Mariposas, ontologias alienígenas e seus quefazeres terrestres
Resumo
Até pouco tempo, a literatura antropológica relativa ao tema da ufologia, assim como dos coletivos ufológicos, esteve quase que integralmente dominada por trabalhos que se valem do binômio crença e representação. O comprometimento com estes dispositivos conduziu estas pesquisas ou à tentativas de interpretar a disciplina segundo o registro de uma “ciência” agonizante, ou segundo uma “mecânica” que repousaria subjacente às práticas dos ufólogos – atenta, portanto, ao que elas dissimulam.
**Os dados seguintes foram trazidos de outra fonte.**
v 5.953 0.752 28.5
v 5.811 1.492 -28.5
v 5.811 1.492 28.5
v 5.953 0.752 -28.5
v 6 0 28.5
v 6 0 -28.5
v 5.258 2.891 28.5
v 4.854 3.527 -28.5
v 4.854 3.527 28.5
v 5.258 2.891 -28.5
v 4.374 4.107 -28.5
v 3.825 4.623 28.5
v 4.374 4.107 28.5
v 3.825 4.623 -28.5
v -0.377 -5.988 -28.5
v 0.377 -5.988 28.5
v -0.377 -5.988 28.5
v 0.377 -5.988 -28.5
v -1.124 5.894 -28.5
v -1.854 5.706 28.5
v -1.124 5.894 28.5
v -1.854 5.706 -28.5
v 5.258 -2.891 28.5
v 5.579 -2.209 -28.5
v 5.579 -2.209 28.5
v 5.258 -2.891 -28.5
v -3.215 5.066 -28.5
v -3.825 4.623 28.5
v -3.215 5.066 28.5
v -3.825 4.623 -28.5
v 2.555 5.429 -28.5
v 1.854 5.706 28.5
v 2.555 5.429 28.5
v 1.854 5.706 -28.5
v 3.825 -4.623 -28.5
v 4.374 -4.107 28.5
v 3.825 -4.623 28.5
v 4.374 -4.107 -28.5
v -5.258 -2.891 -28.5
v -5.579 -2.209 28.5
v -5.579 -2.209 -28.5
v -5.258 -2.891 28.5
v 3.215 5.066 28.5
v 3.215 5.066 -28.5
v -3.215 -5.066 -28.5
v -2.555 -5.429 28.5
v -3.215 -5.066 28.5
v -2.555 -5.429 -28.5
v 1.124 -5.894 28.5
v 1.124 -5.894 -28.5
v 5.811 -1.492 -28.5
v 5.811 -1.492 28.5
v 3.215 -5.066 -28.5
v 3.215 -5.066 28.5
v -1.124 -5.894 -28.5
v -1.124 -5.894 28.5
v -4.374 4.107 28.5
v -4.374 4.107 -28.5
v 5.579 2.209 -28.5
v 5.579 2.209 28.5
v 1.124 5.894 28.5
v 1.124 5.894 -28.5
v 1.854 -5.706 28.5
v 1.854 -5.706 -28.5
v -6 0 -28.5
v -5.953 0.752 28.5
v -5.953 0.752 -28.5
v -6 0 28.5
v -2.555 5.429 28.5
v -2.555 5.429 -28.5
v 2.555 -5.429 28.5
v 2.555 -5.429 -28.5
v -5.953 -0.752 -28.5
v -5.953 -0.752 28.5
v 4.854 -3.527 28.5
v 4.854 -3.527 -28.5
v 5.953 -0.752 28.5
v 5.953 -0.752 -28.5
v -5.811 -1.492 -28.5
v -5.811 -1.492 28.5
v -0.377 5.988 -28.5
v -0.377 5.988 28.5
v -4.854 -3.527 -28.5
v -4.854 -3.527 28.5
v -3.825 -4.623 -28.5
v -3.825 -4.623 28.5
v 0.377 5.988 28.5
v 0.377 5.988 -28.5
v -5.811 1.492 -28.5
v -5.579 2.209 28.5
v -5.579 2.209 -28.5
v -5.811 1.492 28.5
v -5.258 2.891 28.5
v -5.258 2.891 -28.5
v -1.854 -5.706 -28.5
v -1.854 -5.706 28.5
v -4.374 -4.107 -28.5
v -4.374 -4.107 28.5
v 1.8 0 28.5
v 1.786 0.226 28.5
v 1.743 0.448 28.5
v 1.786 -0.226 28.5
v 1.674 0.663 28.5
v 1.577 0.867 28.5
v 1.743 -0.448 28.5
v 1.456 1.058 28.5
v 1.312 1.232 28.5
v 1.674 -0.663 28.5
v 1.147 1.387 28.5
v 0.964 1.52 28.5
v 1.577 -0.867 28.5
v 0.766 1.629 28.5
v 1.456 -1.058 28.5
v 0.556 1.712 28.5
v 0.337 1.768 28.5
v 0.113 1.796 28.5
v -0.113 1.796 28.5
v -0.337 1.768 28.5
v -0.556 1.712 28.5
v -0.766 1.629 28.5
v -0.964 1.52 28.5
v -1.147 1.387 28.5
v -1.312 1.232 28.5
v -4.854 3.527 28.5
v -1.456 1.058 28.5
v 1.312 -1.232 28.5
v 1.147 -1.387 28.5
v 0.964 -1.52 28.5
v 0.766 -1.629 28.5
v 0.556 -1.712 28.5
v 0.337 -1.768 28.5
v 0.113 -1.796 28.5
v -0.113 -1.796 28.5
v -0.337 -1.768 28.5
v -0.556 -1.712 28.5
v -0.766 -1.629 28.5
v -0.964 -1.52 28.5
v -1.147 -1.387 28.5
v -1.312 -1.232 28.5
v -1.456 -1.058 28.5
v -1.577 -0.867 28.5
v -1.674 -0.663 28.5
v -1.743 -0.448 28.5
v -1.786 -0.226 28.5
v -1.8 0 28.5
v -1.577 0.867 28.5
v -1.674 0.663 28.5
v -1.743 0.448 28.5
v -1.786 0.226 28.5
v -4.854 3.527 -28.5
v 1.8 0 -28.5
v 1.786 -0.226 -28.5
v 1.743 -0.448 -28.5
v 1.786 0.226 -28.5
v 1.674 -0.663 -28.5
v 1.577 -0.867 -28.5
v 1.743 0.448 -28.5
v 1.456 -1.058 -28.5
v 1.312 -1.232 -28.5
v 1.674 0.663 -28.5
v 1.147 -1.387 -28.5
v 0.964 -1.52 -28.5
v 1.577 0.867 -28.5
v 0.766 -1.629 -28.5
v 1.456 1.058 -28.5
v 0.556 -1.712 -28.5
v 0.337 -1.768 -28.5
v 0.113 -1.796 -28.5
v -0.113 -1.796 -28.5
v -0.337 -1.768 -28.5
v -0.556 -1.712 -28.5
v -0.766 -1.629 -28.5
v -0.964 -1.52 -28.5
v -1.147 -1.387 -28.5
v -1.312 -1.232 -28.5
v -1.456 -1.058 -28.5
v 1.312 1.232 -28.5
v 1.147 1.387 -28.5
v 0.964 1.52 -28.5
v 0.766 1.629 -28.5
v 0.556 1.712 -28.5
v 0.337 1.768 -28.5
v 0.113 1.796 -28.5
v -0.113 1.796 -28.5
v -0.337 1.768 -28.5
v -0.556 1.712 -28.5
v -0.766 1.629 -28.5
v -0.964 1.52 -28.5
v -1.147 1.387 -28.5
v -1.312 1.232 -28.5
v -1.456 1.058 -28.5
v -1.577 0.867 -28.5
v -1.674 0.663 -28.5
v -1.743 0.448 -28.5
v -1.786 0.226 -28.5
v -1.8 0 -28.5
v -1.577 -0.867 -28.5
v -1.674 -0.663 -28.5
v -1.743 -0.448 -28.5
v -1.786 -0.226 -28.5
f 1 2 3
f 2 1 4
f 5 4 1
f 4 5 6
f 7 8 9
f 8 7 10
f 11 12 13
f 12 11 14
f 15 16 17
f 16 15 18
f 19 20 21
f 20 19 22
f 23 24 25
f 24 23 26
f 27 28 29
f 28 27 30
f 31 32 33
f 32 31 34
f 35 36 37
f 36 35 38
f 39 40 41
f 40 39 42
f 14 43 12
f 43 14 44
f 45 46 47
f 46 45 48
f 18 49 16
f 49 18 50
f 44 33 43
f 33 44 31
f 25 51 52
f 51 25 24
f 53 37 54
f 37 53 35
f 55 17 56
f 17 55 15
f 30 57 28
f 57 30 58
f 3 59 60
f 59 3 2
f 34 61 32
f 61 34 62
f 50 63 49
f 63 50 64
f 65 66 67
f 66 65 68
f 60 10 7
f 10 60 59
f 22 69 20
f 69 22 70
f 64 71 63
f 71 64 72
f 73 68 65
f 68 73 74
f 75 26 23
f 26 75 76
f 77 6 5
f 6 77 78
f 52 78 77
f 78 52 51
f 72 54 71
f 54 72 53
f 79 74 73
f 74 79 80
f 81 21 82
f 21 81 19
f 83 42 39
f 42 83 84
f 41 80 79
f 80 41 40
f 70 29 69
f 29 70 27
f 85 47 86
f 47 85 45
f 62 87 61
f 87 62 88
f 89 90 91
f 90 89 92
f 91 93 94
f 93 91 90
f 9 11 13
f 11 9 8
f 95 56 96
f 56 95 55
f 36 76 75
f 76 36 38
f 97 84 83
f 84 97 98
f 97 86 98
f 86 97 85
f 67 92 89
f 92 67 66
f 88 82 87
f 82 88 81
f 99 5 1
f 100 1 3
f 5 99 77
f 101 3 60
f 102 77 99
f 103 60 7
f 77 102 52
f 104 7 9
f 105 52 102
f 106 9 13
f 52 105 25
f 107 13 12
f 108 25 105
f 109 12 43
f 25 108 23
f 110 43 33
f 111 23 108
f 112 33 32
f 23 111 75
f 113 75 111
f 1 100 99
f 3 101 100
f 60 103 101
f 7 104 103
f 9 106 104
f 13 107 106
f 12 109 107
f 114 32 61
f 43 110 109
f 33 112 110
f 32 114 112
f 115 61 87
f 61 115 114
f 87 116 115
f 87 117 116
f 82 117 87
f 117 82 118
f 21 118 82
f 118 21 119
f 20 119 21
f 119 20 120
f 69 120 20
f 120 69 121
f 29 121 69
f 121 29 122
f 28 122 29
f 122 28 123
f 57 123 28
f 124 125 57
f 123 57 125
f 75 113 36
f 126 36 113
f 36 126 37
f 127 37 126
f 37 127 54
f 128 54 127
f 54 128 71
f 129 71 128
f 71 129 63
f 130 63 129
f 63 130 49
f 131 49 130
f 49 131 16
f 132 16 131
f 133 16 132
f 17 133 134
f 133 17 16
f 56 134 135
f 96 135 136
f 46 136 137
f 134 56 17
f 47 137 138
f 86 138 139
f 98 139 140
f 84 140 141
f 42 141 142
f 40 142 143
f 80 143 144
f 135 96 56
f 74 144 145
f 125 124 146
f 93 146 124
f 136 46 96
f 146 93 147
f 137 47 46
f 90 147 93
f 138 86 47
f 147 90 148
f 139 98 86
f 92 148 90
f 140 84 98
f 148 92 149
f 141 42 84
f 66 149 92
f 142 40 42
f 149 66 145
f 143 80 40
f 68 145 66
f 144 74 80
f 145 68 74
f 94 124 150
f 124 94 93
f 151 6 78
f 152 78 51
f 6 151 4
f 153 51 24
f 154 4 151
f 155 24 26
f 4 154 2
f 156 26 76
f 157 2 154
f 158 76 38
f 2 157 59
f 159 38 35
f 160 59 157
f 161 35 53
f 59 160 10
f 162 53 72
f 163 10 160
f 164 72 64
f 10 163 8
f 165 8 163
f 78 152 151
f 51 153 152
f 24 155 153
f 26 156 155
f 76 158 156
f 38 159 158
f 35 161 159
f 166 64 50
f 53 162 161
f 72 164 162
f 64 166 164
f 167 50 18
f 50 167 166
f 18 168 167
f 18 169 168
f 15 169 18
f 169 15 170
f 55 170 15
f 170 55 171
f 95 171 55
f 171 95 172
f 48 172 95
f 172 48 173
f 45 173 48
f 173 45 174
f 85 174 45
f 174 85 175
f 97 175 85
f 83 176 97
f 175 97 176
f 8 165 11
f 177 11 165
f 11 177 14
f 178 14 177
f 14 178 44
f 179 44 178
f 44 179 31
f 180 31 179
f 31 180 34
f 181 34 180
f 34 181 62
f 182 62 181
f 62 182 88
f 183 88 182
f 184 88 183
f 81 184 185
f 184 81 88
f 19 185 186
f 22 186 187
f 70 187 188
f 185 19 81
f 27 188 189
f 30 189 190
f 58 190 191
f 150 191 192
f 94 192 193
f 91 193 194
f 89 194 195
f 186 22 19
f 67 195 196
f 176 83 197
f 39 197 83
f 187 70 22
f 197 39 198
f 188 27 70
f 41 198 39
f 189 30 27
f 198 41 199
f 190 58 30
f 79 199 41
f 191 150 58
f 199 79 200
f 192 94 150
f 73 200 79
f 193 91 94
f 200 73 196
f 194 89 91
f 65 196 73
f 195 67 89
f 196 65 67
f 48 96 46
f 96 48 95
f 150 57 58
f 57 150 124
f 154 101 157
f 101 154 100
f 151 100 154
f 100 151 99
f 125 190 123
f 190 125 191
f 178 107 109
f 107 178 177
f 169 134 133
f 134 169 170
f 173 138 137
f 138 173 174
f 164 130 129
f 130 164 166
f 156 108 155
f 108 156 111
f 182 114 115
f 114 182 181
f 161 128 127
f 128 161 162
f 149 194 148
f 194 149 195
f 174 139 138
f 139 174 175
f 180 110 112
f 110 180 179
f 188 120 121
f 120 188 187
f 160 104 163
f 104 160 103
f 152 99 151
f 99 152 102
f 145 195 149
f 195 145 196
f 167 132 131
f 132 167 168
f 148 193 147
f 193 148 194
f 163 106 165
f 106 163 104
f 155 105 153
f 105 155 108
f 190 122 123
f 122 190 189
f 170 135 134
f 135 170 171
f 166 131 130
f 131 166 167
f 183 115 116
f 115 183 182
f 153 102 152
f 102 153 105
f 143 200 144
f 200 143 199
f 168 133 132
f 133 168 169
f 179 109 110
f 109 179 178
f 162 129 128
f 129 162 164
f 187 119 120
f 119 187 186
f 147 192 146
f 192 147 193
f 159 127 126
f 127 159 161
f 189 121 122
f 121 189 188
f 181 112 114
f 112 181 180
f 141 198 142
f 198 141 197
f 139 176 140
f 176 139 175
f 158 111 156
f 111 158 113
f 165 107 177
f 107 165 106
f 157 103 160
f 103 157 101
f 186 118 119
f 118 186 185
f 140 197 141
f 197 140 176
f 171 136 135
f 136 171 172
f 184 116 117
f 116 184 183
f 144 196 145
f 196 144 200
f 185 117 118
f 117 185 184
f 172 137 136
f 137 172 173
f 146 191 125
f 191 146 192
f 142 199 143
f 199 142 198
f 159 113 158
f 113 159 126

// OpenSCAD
$fn = 50;


difference() {
	union() {
		translate(v = [0, 0, -28.5000000000]) {
			cylinder(h = 57, r = 6.0000000000);
		}
	}
	union() {
		#translate(v = [0, 0, -100.0000000000]) {
			cylinder(h = 200, r = 1.8000000000);
		}
	}
}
Mais recentemente, Pierre Lagrange, inspirado nos trabalhos de Bruno Latour, abriu uma possibilidade mais arejada para a “antropologia da ufologia” ao endereçar a seguinte questão: “o que se passa em um affair ufológico?”. Neste artigo, produto de minha etnografia junto aos ufólogos brasileiros, retomo a pista inaugurada pelo pesquisador francês e me debruço sobre os meandros de uma contenda no bojo deste coletivo. A disputa concerne à questão de saber se um registro de imagem em uma câmera de segurança no interior do Rio de Janeiro consistia na gravação do pouso de uma nave extraterrestre ou se tratava da imagem de uma mariposa. O debate em torno deste evento articula discussões sobre os processos levados à cabo para a identificação de imagens pelos ufólogos, suas definições pragmáticas daquilo que conta como uma evidência e, sobretudo, seus modos de operação em campo. Além de figurar como uma contribuição à antropologia das “ditas” paraciências, o presente texto também consiste em um esforço no sentido de pensar como os UFOs, em sua parcial visibilidade, engendram as socialidades ufológicas.